#### [WHAT THIS TASK INVOLVES]
The entries that follow include a run beginning at the line with "0, 10.2235) normal (0, 1, 0)" and ending at the line with "Rebuilt in FreeCAD, every"; restate that run word for word and leave the rest out.

#### [DATA SUPPLIED]
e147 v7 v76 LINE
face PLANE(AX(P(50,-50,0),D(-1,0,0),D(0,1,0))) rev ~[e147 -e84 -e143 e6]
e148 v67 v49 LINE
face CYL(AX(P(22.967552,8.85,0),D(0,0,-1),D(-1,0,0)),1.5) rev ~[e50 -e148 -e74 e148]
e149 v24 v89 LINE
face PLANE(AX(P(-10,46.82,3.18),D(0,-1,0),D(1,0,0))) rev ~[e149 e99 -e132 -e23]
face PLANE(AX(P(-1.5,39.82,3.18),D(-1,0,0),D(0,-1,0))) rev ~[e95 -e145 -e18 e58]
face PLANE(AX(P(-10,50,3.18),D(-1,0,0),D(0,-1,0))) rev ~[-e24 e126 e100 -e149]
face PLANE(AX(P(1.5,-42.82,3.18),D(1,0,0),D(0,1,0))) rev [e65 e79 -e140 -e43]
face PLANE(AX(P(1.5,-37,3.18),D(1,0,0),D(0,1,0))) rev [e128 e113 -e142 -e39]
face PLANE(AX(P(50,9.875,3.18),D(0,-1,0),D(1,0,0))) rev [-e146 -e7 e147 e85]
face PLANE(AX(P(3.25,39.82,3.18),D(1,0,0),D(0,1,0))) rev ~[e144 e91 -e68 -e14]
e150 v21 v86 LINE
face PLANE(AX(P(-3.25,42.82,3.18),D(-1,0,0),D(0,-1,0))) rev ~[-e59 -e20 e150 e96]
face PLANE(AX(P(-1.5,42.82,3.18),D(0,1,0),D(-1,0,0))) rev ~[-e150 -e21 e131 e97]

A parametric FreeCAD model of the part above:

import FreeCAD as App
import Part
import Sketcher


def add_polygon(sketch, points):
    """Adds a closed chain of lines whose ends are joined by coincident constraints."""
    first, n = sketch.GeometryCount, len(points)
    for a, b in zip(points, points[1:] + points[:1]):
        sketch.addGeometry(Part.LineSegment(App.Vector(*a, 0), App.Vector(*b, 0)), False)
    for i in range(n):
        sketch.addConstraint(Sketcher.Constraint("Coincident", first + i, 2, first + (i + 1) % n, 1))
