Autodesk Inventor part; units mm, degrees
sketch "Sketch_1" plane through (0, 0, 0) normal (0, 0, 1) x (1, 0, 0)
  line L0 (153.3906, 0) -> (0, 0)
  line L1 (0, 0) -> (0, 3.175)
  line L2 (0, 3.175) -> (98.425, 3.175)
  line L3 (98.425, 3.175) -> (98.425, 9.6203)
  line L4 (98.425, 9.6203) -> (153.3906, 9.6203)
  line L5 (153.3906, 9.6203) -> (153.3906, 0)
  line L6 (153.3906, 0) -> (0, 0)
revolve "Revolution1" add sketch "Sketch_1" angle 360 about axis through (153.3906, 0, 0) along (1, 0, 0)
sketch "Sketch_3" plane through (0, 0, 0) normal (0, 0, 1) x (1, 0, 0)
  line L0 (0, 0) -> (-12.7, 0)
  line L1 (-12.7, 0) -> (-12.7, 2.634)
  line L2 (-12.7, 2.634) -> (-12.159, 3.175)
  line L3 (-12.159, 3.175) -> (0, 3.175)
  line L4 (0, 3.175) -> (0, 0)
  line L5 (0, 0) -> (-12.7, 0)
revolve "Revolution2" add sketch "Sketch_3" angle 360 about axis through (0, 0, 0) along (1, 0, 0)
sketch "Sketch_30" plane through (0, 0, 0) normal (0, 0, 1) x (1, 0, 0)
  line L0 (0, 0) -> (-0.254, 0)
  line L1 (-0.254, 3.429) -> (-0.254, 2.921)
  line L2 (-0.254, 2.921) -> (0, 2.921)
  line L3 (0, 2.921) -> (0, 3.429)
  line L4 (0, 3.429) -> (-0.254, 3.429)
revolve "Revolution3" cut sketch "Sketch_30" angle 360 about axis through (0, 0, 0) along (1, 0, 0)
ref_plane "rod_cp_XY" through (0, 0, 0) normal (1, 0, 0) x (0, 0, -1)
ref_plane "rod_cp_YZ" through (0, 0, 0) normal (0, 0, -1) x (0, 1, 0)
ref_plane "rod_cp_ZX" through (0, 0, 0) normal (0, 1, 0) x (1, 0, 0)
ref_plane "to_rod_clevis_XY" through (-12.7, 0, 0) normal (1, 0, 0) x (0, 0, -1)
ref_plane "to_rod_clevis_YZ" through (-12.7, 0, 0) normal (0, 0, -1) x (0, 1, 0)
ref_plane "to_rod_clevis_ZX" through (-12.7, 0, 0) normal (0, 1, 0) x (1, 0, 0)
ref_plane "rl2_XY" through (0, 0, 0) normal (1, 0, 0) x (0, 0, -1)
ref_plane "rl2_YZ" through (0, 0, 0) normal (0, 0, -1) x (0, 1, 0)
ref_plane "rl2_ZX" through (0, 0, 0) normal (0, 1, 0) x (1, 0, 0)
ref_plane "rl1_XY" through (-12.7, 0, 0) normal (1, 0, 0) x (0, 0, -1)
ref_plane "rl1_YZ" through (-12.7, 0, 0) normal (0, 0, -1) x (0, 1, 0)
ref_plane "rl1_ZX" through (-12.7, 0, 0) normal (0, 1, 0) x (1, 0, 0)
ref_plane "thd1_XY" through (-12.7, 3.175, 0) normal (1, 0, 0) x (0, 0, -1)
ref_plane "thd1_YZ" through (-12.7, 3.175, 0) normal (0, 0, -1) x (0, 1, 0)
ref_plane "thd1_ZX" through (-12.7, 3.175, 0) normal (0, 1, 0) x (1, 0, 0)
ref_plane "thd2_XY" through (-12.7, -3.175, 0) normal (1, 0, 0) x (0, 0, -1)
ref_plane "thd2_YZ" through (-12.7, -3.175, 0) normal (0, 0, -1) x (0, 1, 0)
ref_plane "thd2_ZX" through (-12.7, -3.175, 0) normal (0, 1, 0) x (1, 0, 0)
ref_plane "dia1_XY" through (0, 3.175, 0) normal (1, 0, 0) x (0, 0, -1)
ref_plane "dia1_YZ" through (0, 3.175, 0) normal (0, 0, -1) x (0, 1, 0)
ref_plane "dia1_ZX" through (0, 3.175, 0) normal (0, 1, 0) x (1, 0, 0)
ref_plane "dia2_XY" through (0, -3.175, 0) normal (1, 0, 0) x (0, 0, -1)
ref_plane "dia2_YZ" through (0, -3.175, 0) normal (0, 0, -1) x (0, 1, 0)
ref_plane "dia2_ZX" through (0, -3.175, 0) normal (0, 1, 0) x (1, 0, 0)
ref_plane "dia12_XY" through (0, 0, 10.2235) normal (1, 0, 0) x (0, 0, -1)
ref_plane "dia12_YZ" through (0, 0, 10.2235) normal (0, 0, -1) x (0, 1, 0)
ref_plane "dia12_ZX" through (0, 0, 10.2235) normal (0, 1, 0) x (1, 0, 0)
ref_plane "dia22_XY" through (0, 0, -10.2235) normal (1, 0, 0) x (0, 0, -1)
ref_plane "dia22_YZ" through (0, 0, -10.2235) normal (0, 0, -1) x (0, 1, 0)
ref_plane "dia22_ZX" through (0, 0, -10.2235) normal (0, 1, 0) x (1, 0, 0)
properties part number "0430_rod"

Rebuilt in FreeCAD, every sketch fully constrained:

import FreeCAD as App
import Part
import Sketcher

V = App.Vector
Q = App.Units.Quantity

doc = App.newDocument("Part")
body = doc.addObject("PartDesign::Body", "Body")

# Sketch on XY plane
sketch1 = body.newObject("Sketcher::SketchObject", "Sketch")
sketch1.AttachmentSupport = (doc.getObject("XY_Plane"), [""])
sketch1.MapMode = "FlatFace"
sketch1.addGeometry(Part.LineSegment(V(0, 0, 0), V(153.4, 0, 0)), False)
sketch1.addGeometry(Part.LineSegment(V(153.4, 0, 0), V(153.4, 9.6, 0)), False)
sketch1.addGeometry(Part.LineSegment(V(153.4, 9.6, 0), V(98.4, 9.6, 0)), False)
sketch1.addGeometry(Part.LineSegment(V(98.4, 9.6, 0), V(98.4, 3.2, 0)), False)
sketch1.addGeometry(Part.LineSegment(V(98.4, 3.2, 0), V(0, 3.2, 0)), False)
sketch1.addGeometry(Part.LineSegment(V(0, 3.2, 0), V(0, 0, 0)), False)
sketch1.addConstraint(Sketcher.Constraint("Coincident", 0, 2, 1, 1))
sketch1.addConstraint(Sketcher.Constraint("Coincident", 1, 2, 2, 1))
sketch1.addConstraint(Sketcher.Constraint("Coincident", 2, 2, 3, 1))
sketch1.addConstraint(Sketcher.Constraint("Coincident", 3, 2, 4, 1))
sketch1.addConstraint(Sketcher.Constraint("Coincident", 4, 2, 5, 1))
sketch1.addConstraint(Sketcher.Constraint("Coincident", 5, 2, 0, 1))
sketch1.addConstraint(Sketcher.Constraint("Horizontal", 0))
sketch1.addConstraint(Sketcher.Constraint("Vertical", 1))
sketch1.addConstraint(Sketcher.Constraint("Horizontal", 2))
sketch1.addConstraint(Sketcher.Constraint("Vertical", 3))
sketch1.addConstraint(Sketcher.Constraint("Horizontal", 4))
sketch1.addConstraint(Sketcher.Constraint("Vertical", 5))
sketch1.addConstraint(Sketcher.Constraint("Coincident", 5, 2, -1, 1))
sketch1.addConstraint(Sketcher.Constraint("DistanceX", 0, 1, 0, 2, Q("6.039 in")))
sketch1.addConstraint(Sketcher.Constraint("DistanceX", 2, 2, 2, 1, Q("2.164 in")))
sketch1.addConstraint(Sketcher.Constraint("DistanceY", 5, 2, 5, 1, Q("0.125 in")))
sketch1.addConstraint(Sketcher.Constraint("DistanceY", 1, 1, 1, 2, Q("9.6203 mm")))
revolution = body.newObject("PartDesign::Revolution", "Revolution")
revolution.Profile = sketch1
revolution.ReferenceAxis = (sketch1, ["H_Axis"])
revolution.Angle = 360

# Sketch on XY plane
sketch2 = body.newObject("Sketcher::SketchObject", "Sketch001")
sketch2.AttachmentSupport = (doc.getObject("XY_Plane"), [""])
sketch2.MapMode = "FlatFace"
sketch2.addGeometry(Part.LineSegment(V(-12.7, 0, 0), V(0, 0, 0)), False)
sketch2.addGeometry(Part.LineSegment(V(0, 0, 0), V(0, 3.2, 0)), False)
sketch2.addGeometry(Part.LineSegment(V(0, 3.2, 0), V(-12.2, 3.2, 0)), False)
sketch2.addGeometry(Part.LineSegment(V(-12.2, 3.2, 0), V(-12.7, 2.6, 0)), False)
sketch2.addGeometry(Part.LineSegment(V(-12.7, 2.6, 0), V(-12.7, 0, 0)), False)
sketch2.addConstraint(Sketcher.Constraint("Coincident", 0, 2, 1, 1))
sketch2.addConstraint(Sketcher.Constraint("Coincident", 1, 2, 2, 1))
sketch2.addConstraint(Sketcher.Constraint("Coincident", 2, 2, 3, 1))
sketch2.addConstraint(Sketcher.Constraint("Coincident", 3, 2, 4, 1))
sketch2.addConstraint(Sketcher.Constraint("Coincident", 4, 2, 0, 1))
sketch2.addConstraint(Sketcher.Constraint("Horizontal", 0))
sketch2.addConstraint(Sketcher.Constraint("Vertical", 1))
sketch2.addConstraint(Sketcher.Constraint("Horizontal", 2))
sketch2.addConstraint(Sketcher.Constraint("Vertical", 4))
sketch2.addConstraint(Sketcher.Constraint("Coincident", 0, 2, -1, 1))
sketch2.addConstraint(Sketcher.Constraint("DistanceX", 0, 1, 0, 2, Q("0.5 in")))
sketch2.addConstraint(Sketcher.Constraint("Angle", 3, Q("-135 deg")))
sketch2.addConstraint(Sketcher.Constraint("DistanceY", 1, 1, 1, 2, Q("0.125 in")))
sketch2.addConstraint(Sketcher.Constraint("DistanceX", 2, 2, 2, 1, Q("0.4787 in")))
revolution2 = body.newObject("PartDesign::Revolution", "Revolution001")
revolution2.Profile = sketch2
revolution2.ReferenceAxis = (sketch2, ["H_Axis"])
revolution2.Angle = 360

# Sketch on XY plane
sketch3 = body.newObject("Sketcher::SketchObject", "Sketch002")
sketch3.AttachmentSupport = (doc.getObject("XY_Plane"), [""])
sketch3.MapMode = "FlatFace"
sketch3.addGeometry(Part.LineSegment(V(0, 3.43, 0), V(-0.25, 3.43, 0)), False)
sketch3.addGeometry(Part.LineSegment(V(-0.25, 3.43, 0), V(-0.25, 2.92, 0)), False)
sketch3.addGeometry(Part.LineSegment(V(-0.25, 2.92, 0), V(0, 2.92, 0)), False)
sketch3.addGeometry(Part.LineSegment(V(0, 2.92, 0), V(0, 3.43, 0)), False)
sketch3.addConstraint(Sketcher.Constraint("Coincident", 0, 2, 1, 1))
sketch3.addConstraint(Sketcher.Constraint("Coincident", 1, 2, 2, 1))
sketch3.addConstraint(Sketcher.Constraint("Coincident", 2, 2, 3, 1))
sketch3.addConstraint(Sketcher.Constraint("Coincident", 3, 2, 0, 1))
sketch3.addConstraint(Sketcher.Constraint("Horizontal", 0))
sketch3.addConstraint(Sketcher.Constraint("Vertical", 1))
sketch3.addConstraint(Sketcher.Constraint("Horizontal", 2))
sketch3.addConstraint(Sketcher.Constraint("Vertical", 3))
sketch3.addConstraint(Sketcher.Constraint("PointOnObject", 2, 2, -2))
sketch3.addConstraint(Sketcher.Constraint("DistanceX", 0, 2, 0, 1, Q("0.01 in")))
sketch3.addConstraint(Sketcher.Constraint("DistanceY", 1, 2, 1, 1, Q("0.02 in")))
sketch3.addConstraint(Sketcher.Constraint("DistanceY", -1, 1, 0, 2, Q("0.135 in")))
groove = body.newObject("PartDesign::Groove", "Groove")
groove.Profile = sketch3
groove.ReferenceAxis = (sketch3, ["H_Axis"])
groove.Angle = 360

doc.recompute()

#### [EXERCISE RESPONSE]
ref_plane "dia12_ZX" through (0, 0, 10.2235) normal (0, 1, 0) x (1, 0, 0)
ref_plane "dia22_XY" through (0, 0, -10.2235) normal (1, 0, 0) x (0, 0, -1)
ref_plane "dia22_YZ" through (0, 0, -10.2235) normal (0, 0, -1) x (0, 1, 0)
ref_plane "dia22_ZX" through (0, 0, -10.2235) normal (0, 1, 0) x (1, 0, 0)
properties part number "0430_rod"

Rebuilt in FreeCAD, every sketch fully constrained:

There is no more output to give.